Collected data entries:
_ _ _ _ _ _ _

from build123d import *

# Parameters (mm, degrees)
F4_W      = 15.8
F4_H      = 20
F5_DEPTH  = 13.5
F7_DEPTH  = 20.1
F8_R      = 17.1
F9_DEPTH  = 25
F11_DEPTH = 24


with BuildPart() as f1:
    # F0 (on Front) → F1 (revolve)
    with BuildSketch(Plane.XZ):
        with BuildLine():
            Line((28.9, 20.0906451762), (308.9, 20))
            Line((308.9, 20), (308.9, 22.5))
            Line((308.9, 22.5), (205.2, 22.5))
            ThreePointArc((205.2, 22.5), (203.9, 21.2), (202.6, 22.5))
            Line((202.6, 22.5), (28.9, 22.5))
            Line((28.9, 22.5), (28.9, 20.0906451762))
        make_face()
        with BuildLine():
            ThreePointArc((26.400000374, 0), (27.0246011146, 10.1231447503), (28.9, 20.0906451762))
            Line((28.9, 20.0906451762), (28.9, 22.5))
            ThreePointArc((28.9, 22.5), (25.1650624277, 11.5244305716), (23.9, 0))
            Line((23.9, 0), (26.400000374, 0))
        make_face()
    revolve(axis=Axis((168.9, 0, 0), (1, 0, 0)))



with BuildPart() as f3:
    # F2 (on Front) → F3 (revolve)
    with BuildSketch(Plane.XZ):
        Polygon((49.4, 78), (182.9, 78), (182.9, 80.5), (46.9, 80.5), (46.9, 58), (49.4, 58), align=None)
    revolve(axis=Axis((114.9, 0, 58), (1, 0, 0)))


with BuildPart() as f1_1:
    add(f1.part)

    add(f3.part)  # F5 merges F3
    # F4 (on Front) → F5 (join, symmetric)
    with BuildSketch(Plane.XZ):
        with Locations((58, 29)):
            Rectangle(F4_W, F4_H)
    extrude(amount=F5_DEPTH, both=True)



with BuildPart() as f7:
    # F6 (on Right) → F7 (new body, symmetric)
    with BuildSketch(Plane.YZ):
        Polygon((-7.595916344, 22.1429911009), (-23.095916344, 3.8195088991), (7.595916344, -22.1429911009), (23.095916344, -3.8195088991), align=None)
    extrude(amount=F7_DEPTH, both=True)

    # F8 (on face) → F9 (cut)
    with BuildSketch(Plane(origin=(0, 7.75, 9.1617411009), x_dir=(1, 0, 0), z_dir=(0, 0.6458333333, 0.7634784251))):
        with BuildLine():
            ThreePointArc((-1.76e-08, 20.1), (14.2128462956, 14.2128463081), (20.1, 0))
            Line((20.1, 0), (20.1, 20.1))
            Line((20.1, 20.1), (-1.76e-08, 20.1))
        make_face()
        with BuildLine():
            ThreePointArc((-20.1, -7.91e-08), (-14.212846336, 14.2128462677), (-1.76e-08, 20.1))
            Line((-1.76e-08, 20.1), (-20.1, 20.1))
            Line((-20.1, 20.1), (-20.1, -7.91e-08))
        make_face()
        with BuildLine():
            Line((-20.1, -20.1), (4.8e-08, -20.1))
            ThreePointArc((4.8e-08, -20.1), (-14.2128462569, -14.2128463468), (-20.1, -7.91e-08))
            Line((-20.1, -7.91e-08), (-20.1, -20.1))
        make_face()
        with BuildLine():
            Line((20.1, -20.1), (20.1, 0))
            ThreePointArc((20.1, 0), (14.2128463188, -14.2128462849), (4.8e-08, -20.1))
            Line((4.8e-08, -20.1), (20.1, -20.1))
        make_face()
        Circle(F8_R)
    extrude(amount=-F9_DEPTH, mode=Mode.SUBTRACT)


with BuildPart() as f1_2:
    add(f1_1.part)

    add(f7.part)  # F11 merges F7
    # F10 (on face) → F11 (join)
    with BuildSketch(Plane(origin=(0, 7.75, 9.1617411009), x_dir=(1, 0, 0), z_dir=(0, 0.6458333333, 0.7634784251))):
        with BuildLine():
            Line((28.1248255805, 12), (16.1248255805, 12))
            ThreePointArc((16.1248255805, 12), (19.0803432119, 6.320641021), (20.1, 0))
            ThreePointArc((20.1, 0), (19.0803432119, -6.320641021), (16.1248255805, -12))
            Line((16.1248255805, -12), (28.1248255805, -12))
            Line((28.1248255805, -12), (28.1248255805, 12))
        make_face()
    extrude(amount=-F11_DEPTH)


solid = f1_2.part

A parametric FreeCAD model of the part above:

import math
import FreeCAD as App
import Part
import Sketcher

V = App.Vector

doc = App.newDocument("Part")
body = doc.addObject("PartDesign::Body", "Body")

# Sketch on XZ plane
sketch1 = doc.addObject("Sketcher::SketchObject", "Sketch")
body.addObject(sketch1)
sketch1.AttachmentSupport = (doc.XZ_Plane, [""])
sketch1.MapMode = "FlatFace"
sketch1.addGeometry([
    Part.LineSegment(V(28.9, 20.1, 0), V(308.9, 20, 0)),  # 0
    Part.LineSegment(V(308.9, 20, 0), V(308.9, 22.5, 0)),  # 1
    Part.LineSegment(V(308.9, 22.5, 0), V(205.2, 22.5, 0)),  # 2
    Part.ArcOfCircle(Part.Circle(V(203.9, 22.5, 0), V(0, 0, 1), 1.3), math.radians(180), math.radians(360)),  # 3
    Part.LineSegment(V(202.6, 22.5, 0), V(28.9, 22.5, 0)),  # 4
    Part.ArcOfCircle(Part.Circle(V(77, 0, 0), V(0, 0, 1), 53.1), math.radians(155), math.radians(180)),  # 5
    Part.LineSegment(V(23.9, 0, 0), V(26.4, 0, 0)),  # 6
    Part.ArcOfCircle(Part.Circle(V(108, 0, 0), V(0, 0, 1), 81.6), math.radians(165.78), math.radians(180.03)),  # 7
], False)
sketch1.addConstraint([
    Sketcher.Constraint("Coincident", 0, 2, 1, 1),
    Sketcher.Constraint("Coincident", 1, 2, 2, 1),
    Sketcher.Constraint("Coincident", 2, 2, 3, 2),
    Sketcher.Constraint("Coincident", 3, 1, 4, 1),
    Sketcher.Constraint("Coincident", 4, 2, 5, 1),
    Sketcher.Constraint("Coincident", 5, 2, 6, 1),
    Sketcher.Constraint("Coincident", 6, 2, 7, 2),
    Sketcher.Constraint("Coincident", 7, 1, 0, 1),
    Sketcher.Constraint("Vertical", 1),
    Sketcher.Constraint("Horizontal", 2),
    Sketcher.Constraint("Horizontal", 4),
    Sketcher.Constraint("Horizontal", 6),
    Sketcher.Constraint("PointOnObject", 5, 3, -1),
    Sketcher.Constraint("PointOnObject", 5, 2, -1),
    Sketcher.Constraint("Horizontal", 3, 3, 1, 2),
    Sketcher.Constraint("Horizontal", 2, 2, 3, 1),
    Sketcher.Constraint("Vertical", 4, 2, 7, 1),
    Sketcher.Constraint("Equal", 6, 1),
    Sketcher.Constraint("Radius", 3, 1.3),
    Sketcher.Constraint("DistanceX", 2, 2, 2, 1, 103.7),
    Sketcher.Constraint("DistanceX", 4, 2, 4, 1, 173.7),
    Sketcher.Constraint("DistanceX", 6, 1, 6, 2, 2.5),
    Sketcher.Constraint("DistanceY", -1, 1, 0, 2, 20.0),
    Sketcher.Constraint("Radius", 5, 53.125),
    Sketcher.Constraint("DistanceX", -1, 1, 3, 3, 203.9),
    Sketcher.Constraint("Radius", 7, 81.612605),
    Sketcher.Constraint("DistanceY", -1, 1, 7, 3, 0.045323),
])
revolution = doc.addObject("PartDesign::Revolution", "Revolution")
body.addObject(revolution)
revolution.Profile = sketch1
revolution.ReferenceAxis = (sketch1, ["H_Axis"])
revolution.Angle = 360
body2 = doc.addObject("PartDesign::Body", "Body001")

# Sketch on XZ plane
sketch2 = doc.addObject("Sketcher::SketchObject", "Sketch001")
body2.addObject(sketch2)
sketch2.AttachmentSupport = (doc.getObject("XZ_Plane001"), [""])
sketch2.MapMode = "FlatFace"
sketch2.addGeometry([
    Part.LineSegment(V(49.4, 78, 0), V(182.9, 78, 0)),  # 0
    Part.LineSegment(V(182.9, 78, 0), V(182.9, 80.5, 0)),  # 1
    Part.LineSegment(V(182.9, 80.5, 0), V(46.9, 80.5, 0)),  # 2
    Part.LineSegment(V(46.9, 80.5, 0), V(46.9, 58, 0)),  # 3
    Part.LineSegment(V(46.9, 58, 0), V(49.4, 58, 0)),  # 4
    Part.LineSegment(V(49.4, 58, 0), V(49.4, 78, 0)),  # 5
], False)
sketch2.addGeometry(Part.LineSegment(V(46.9, 58, 0), V(182.9, 58, 0)), True)  # axis
sketch2.addConstraint([
    Sketcher.Constraint("Coincident", 0, 2, 1, 1),
    Sketcher.Constraint("Coincident", 1, 2, 2, 1),
    Sketcher.Constraint("Coincident", 2, 2, 3, 1),
    Sketcher.Constraint("Coincident", 3, 2, 4, 1),
    Sketcher.Constraint("Coincident", 4, 2, 5, 1),
    Sketcher.Constraint("Coincident", 5, 2, 0, 1),
    Sketcher.Constraint("Horizontal", 0),
    Sketcher.Constraint("Vertical", 1),
    Sketcher.Constraint("Horizontal", 2),
    Sketcher.Constraint("Vertical", 3),
    Sketcher.Constraint("Horizontal", 4),
    Sketcher.Constraint("Vertical", 5),
    Sketcher.Constraint("Horizontal", 6),
    Sketcher.Constraint("Coincident", 6, 1, 3, 2),
    Sketcher.Constraint("Vertical", 1, 2, 6, 2),
    Sketcher.Constraint("Equal", 4, 1),
    Sketcher.Constraint("DistanceX", 2, 2, 2, 1, 136.0),
    Sketcher.Constraint("DistanceY", 5, 1, 5, 2, 20.0),
    Sketcher.Constraint("DistanceX", 0, 1, 0, 2, 133.5),
    Sketcher.Constraint("DistanceY", -1, 1, 0, 2, 78.0),
    Sketcher.Constraint("DistanceX", -1, 1, 0, 2, 182.9),
])
revolution2 = doc.addObject("PartDesign::Revolution", "Revolution001")
body2.addObject(revolution2)
revolution2.Profile = sketch2
revolution2.ReferenceAxis = (sketch2, ["Axis0"])
revolution2.Angle = 360
body.AllowCompound = True
doc.recompute()

boolean = doc.addObject("PartDesign::Boolean", "Boolean")
body.addObject(boolean)
boolean.Type = "Fuse"
boolean.addObjects([body2])

# Sketch on XZ plane
sketch3 = doc.addObject("Sketcher::SketchObject", "Sketch002")
body.addObject(sketch3)
sketch3.AttachmentSupport = (doc.XZ_Plane, [""])
sketch3.MapMode = "FlatFace"
sketch3.addGeometry([
    Part.LineSegment(V(50, 39, 0), V(50, 19, 0)),
    Part.LineSegment(V(50, 19, 0), V(66, 19, 0)),
    Part.LineSegment(V(66, 19, 0), V(66, 39, 0)),
    Part.LineSegment(V(66, 39, 0), V(50, 39, 0)),
], False)
sketch3.addConstraint([
    Sketcher.Constraint("Coincident", 0, 2, 1, 1),
    Sketcher.Constraint("Coincident", 1, 2, 2, 1),
    Sketcher.Constraint("Coincident", 2, 2, 3, 1),
    Sketcher.Constraint("Coincident", 3, 2, 0, 1),
    Sketcher.Constraint("Vertical", 0),
    Sketcher.Constraint("Horizontal", 1),
    Sketcher.Constraint("Vertical", 2),
    Sketcher.Constraint("Horizontal", 3),
    Sketcher.Constraint("DistanceY", 0, 2, 0, 1, 20.0),
    Sketcher.Constraint("DistanceX", 1, 1, 1, 2, 15.8),
    Sketcher.Constraint("DistanceY", -1, 1, 0, 2, 19.0),
    Sketcher.Constraint("DistanceX", -1, 1, 0, 2, 50.1),
])
pad1 = doc.addObject("PartDesign::Pad", "Pad")
body.addObject(pad1)
pad1.Profile = sketch3
pad1.Length = 27
pad1.Midplane = True
body3 = doc.addObject("PartDesign::Body", "Body002")

# Sketch on YZ plane
sketch4 = doc.addObject("Sketcher::SketchObject", "Sketch003")
body3.addObject(sketch4)
sketch4.AttachmentSupport = (doc.getObject("YZ_Plane002"), [""])
sketch4.MapMode = "FlatFace"
sketch4.addGeometry([
    Part.LineSegment(V(-8, 22, 0), V(-23, 4, 0)),
    Part.LineSegment(V(-23, 4, 0), V(8, -22, 0)),
    Part.LineSegment(V(8, -22, 0), V(23, -4, 0)),
    Part.LineSegment(V(23, -4, 0), V(-8, 22, 0)),
], False)
sketch4.addConstraint([
    Sketcher.Constraint("Coincident", 0, 2, 1, 1),
    Sketcher.Constraint("Coincident", 1, 2, 2, 1),
    Sketcher.Constraint("Coincident", 2, 2, 3, 1),
    Sketcher.Constraint("Coincident", 3, 2, 0, 1),
    Sketcher.Constraint("Symmetric", 0, 2, 2, 2, -1, 1),
    Sketcher.Constraint("Symmetric", 1, 2, 3, 2, -1, 1),
    Sketcher.Constraint("Perpendicular", 0, 1),
    Sketcher.Constraint("Distance", 0, 24.0),
    Sketcher.Constraint("Distance", 1, 40.2),
    Sketcher.Constraint("DistanceX", 1, 2, 2, 2, 15.5),
])
pad2 = doc.addObject("PartDesign::Pad", "Pad001")
body3.addObject(pad2)
pad2.Profile = sketch4
pad2.Length = 40.2
pad2.Midplane = True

_ _ _ _ _ _ _

What this task involves:
Find the word "merges" in the entries, and copy every line it shows up in.

Output for this task:
    add(f3.part)  # F5 merges F3
    add(f7.part)  # F11 merges F7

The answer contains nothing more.